El limpiador de pocetas

Por: Gianni Mastrangioli. Historiador. UCV

 

Esta foto la tomé la primera vez que me designaron “limpiador oficial de pocetas” del restaurante que más tarde, irónicamente, dirigí como jefe. Se la envié a mi mamá por un mensaje de WhatsApp, diciéndole “mira qué giros da la vida; hace cuatro meses era coordinador de cátedra en una universidad pública en Venezuela y ahora estoy dialogando solo, dentro de un baño que huele a mierda”.

Al paso de cinco minutos, me llegó su respuesta: Figuras de caritas en lágrimas. Nada más. Esperé. Nada. Las circunstancias nos habían dejado mudos a ambos, por lo que apagué el teléfono y comencé a restregar. Jabón. Cloro. Pastillas desinfectantes. Agua caliente. Restregar. Así fue durante meses. Restriega, Gianni, hasta que quede bien prolijo, reluciente. Lo hacía con fuerza, recuerdo, como si la presión y rapidez de movimientos desahogara una especie de rencor interior; rabia por un país que, aparte de haberme echado al extranjero, sustituyó mis bolígrafos de estudios por materiales de conserjería.

Nadie podía verme con los guantes puestos. No quería que descubriesen que era yo quien resolvía los desastres intestinales. Aunque hubo un viernes donde cambié de perspectiva. Sí, esa ocasión donde, por cuestiones de impulso, me coloqué los audífonos y sintonicé una de las tantas emisoras nacionales venezolanas.
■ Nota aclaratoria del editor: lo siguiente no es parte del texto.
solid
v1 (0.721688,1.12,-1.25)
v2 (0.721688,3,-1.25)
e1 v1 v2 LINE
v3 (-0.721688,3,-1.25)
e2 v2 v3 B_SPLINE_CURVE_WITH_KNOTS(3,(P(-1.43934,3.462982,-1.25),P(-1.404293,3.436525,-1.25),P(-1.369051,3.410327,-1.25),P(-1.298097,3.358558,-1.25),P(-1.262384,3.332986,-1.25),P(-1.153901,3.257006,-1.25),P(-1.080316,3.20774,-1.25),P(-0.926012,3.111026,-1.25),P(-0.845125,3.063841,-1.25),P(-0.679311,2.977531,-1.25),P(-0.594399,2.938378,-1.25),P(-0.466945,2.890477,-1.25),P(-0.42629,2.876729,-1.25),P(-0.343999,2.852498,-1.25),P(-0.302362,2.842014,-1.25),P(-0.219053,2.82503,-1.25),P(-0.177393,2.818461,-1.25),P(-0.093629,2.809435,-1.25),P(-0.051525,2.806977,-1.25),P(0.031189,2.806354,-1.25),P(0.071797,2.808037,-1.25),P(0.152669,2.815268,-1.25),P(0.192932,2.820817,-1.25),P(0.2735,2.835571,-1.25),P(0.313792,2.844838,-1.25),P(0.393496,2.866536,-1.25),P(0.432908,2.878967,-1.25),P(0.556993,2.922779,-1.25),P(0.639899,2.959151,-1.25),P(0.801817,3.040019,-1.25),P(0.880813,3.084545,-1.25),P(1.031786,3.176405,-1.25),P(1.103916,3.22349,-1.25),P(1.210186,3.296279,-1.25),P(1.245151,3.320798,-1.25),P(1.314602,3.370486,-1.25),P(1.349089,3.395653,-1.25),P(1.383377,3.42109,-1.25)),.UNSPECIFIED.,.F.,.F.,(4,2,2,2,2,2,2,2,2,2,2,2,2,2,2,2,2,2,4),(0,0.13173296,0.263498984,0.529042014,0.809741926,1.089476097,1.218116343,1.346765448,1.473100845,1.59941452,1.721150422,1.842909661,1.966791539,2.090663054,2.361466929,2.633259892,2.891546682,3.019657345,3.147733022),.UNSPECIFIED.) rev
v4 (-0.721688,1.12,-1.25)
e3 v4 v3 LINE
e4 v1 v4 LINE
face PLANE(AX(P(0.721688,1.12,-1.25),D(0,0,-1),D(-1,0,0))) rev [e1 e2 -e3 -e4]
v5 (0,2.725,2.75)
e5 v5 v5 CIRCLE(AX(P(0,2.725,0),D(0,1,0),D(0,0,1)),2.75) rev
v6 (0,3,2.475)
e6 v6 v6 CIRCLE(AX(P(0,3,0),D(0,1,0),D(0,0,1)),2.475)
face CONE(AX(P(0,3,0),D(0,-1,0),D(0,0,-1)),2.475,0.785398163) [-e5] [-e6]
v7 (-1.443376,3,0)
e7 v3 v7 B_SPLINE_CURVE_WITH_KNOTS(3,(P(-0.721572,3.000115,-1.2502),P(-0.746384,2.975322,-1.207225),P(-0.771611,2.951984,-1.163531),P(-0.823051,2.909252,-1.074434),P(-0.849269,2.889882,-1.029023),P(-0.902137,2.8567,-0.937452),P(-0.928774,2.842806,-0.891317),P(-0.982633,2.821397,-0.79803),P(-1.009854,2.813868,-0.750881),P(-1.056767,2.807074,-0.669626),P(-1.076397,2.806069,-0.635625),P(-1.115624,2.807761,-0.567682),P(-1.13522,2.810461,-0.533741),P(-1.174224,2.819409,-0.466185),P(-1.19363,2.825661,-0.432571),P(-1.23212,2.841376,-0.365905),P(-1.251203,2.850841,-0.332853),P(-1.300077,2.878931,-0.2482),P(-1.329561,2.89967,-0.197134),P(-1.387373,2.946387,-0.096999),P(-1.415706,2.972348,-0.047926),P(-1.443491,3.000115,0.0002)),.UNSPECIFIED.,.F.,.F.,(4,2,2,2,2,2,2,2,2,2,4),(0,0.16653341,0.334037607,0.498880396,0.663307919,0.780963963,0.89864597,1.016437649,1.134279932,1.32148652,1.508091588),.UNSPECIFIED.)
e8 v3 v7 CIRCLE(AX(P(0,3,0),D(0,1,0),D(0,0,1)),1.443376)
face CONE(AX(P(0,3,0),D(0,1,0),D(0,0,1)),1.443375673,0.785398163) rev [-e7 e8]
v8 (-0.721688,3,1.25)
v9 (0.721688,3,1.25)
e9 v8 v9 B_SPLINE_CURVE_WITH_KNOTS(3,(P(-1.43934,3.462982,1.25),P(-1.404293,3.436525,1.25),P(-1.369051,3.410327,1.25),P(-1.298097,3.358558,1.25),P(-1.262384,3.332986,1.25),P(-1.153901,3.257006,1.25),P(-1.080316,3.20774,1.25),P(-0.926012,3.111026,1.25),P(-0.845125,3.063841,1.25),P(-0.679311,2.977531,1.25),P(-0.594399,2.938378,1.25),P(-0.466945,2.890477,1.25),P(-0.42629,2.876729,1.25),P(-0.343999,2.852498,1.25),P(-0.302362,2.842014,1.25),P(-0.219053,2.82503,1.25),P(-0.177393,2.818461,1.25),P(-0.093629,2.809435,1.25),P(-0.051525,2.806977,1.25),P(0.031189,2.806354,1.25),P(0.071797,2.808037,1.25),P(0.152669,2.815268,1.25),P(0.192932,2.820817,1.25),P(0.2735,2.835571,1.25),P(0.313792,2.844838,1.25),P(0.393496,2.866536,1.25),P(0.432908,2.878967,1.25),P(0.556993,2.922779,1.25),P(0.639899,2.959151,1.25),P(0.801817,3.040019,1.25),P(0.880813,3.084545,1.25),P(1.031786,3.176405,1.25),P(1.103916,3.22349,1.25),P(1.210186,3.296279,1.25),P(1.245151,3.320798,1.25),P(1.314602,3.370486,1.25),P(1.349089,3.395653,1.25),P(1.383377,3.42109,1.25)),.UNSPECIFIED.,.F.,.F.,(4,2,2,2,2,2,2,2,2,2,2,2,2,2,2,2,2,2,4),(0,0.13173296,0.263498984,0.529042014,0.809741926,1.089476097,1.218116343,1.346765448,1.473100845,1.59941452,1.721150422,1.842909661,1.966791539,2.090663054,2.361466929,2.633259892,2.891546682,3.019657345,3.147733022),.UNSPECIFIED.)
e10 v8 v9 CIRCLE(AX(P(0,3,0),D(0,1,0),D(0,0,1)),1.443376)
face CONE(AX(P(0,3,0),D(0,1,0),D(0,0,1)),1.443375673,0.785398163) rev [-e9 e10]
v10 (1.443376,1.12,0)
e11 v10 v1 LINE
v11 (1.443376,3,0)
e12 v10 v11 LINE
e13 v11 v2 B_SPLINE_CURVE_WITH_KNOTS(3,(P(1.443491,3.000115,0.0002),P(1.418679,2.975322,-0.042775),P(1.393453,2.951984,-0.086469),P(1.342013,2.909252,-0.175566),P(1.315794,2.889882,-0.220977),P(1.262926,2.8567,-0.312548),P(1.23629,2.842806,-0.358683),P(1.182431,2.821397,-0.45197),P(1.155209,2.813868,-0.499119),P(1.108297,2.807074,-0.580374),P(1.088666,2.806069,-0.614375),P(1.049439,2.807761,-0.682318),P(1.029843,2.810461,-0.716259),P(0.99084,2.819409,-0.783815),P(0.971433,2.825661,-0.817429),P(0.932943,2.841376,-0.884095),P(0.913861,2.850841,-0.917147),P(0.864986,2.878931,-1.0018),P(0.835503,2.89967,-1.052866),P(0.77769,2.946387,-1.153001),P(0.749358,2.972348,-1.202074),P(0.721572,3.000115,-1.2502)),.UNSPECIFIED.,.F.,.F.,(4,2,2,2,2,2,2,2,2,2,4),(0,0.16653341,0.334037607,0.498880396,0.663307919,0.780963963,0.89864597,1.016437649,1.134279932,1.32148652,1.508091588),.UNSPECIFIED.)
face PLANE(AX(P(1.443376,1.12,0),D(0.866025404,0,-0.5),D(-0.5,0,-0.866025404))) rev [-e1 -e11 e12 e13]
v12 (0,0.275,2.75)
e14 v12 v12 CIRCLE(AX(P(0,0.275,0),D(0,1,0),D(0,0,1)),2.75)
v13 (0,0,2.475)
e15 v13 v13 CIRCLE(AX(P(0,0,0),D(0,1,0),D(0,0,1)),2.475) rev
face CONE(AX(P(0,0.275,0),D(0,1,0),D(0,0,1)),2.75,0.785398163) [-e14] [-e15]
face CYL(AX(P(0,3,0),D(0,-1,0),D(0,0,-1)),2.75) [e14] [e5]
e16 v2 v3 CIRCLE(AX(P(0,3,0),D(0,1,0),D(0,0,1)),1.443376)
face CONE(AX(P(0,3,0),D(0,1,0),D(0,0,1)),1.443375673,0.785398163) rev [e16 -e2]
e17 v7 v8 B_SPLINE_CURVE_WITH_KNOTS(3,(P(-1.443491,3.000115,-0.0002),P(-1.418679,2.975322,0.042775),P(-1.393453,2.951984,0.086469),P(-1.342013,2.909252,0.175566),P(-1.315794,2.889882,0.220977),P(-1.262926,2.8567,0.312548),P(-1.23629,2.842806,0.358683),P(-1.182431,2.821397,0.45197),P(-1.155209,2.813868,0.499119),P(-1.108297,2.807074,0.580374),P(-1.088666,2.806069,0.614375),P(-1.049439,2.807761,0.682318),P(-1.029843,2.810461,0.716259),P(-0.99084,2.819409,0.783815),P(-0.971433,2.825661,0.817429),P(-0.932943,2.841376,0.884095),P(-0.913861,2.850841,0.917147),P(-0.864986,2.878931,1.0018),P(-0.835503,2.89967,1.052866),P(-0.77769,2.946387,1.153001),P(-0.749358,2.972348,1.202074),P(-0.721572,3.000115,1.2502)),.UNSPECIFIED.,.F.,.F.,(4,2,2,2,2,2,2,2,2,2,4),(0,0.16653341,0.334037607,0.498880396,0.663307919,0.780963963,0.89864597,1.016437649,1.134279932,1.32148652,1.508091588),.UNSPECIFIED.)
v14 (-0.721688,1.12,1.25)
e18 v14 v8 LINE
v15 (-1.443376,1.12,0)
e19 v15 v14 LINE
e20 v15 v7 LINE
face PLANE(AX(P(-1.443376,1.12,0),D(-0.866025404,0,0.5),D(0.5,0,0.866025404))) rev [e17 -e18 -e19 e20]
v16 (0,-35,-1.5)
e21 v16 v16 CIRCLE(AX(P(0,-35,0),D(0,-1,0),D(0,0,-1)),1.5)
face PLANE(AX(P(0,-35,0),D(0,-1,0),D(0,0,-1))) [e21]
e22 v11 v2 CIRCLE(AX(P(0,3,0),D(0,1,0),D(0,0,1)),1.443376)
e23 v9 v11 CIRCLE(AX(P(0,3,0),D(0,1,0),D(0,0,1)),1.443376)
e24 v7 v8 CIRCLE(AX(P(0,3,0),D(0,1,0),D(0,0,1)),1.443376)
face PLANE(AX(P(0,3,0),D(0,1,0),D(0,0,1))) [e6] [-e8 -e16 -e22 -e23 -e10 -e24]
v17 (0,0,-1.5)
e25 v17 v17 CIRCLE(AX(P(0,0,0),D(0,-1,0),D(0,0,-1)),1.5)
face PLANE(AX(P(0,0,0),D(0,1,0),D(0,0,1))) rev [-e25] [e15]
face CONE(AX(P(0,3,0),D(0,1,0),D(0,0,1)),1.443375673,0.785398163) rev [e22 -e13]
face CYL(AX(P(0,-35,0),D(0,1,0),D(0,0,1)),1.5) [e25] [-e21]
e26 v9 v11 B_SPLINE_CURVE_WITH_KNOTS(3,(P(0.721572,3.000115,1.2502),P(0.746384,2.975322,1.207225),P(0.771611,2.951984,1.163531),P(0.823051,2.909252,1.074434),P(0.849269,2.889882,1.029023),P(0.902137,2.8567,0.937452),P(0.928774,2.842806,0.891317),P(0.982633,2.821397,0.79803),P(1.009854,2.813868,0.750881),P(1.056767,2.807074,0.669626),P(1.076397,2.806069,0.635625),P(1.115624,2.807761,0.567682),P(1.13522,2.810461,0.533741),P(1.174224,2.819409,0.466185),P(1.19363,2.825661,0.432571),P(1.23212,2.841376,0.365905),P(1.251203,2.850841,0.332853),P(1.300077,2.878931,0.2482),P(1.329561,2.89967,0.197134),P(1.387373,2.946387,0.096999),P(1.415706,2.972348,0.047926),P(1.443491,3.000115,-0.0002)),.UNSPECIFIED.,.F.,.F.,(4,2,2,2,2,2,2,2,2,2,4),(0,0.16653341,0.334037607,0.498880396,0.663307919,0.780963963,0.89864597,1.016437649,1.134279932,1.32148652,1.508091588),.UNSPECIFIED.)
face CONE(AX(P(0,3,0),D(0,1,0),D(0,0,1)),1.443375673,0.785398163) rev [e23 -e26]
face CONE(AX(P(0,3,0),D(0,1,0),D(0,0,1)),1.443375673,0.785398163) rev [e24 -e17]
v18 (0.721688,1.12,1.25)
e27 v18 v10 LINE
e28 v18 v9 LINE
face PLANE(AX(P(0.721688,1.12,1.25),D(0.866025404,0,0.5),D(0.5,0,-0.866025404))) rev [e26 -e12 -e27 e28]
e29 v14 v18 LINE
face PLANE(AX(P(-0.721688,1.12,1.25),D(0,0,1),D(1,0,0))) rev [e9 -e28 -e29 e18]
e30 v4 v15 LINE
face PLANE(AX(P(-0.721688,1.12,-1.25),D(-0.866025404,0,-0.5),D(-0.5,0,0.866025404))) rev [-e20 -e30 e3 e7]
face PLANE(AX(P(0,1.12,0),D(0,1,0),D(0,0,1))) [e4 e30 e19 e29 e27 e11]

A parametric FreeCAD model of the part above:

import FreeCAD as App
import Part
import Sketcher
from FreeCAD import Vector
Q = App.Units.Quantity


def edges_at(feature, points):
    """Names of the edges that pass closest to the given points."""
    edges = feature.Shape.Edges
    near = lambda p: min(range(len(edges)), key=lambda i: edges[i].distToShape(Part.Vertex(*p))[0])
    return sorted({f"Edge{near(p) + 1}" for p in points})

doc = App.newDocument("Part")
body = doc.addObject("PartDesign::Body", "Body")

sketch1 = body.newObject("Sketcher::SketchObject", "Sketch")
sketch1.AttachmentSupport = (doc.getObject("XZ_Plane"), [""])
sketch1.MapMode = "FlatFace"
sketch1.addGeometry(Part.Circle(Vector(0, 0, 0), Vector(0, 0, 1), 2.75), False)
sketch1.addConstraint(Sketcher.Constraint("Coincident", 0, 3, -1, 1))
sketch1.addConstraint(Sketcher.Constraint("Diameter", 0, 5.5))
pad1 = body.newObject("PartDesign::Pad", "Pad")
pad1.Profile = sketch1
pad1.Length = 3
pad1.Reversed = True

sketch2 = body.newObject("Sketcher::SketchObject", "Sketch001")
sketch2.AttachmentSupport = (doc.getObject("XZ_Plane"), [""])
sketch2.MapMode = "FlatFace"
sketch2.AttachmentOffset = App.Placement(Vector(0, 0, -3), App.Rotation())
sketch2.addGeometry(Part.LineSegment(Vector(0.721688, -1.25, 0), Vector(-0.721688, -1.25, 0)), False)
sketch2.addGeometry(Part.LineSegment(Vector(-0.721688, -1.25, 0), Vector(-1.443376, 0, 0)), False)
sketch2.addGeometry(Part.LineSegment(Vector(-1.443376, 0, 0), Vector(-0.721688, 1.25, 0)), False)
sketch2.addGeometry(Part.LineSegment(Vector(-0.721688, 1.25, 0), Vector(0.721688, 1.25, 0)), False)
sketch2.addGeometry(Part.LineSegment(Vector(0.721688, 1.25, 0), Vector(1.443376, 0, 0)), False)
sketch2.addGeometry(Part.LineSegment(Vector(1.443376, 0, 0), Vector(0.721688, -1.25, 0)), False)
sketch2.addConstraint(Sketcher.Constraint("Coincident", 0, 2, 1, 1))
sketch2.addConstraint(Sketcher.Constraint("Coincident", 1, 2, 2, 1))
sketch2.addConstraint(Sketcher.Constraint("Coincident", 2, 2, 3, 1))
sketch2.addConstraint(Sketcher.Constraint("Coincident", 3, 2, 4, 1))
sketch2.addConstraint(Sketcher.Constraint("Coincident", 4, 2, 5, 1))
sketch2.addConstraint(Sketcher.Constraint("Coincident", 5, 2, 0, 1))
sketch2.addConstraint(Sketcher.Constraint("Horizontal", 0))
sketch2.addConstraint(Sketcher.Constraint("Horizontal", 3))
sketch2.addConstraint(Sketcher.Constraint("Symmetric", 0, 2, 3, 2, -1, 1))
sketch2.addConstraint(Sketcher.Constraint("Symmetric", 1, 2, 4, 2, -1, 1))
sketch2.addConstraint(Sketcher.Constraint("PointOnObject", 1, 2, -1))
sketch2.addConstraint(Sketcher.Constraint("Parallel", 2, 5))
sketch2.addConstraint(Sketcher.Constraint("Vertical", 0, 2, 2, 2))
sketch2.addConstraint(Sketcher.Constraint("Angle", 1, Q("120 deg")))
sketch2.addConstraint(Sketcher.Constraint("DistanceY", 0, 2, 2, 2, 2.5))
sketch2.addConstraint(Sketcher.Constraint("DistanceX", 0, 2, 0, 1, 1.443376))
pocket1 = body.newObject("PartDesign::Pocket", "Pocket")
pocket1.Profile = sketch2
pocket1.Length = 1.88
pocket1.Reversed = True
La Éxitos FM 99.9 reproducía “el rato de la música tradicional”. Entonces le metí mecha al volumen y pata al canto. Gualberto Ibarreto. María Teresa Chacín. Alfredo Sadel. El Pollo Brito. Simón Díaz. Era Mercedes bañándose en el río al compás de mis trapos en remojo. Y el caimán casi por comérsela tras el detergente regado en el drenaje de los lavamanos.

Era Soledad Bravo con sus ojos negros a través de los espejos, como el cantío de inmensas aves, mientras yo pulía y pulía con hojas de periódicos pasados. Pero me vibró el bolsillo y, al sacar el celular, miré la hora de repente. Medianoche. Mierda. Cuántas horas de placer transcurridas en la inconsciencia del trabajo odiado.

Jamás olvidaré ese viernes del que les hablo, donde logré romper con el desfase entre el “aquí” y el “ahora”. Incluso, no fue sino en el rutinario diálogo con las aguas negras donde realmente me reencontré con mis orígenes culturales, con la solidez de la identidad del inmigrante y mis aspiraciones personales. La historia se repetía cada tarde: Bajadas las persianas del negocio y subidas las sillas del comedor, me acompañaba, al cuarto de cerámicas blancas, la retumbante voz del Felipe Pirela y su Ese Bolero es Mío o la de la Adilia Castillo con sus clásicos de antaño. Escucha vida mía. Métele cepillo al desagüe. Tú sabes que mi alma todita es para ti, pensando que tus besos mi vida nunca tendría…

Lavando pocetas al son de las celebridades nacionales, de una época que ya fue y no será, aprendí que la patria dejada adquiere colores brillantes y se presenta idealizada, similar al deseo incumplido por regresar.

Fue en aquel baño donde me re-conocí como venezolano.

Al cabo de un tiempo, la directiva de la cadena me designó como encargado general del restaurante, gracias a la pulcra constancia de mi dedicación y honestidad. La mañana en la que me entregaron las llaves, el tipo de Flux me dijo con una sonrisa y un apretón de manos

– Ya me habían dicho que la gente de tu país mira siempre bien en alto.

No, señor presidente, el oficio no denigra; por lo contrario, nos fortifica en valores y creencias. Al momento pulimos pocetas, pero mañana lustraremos conciencias.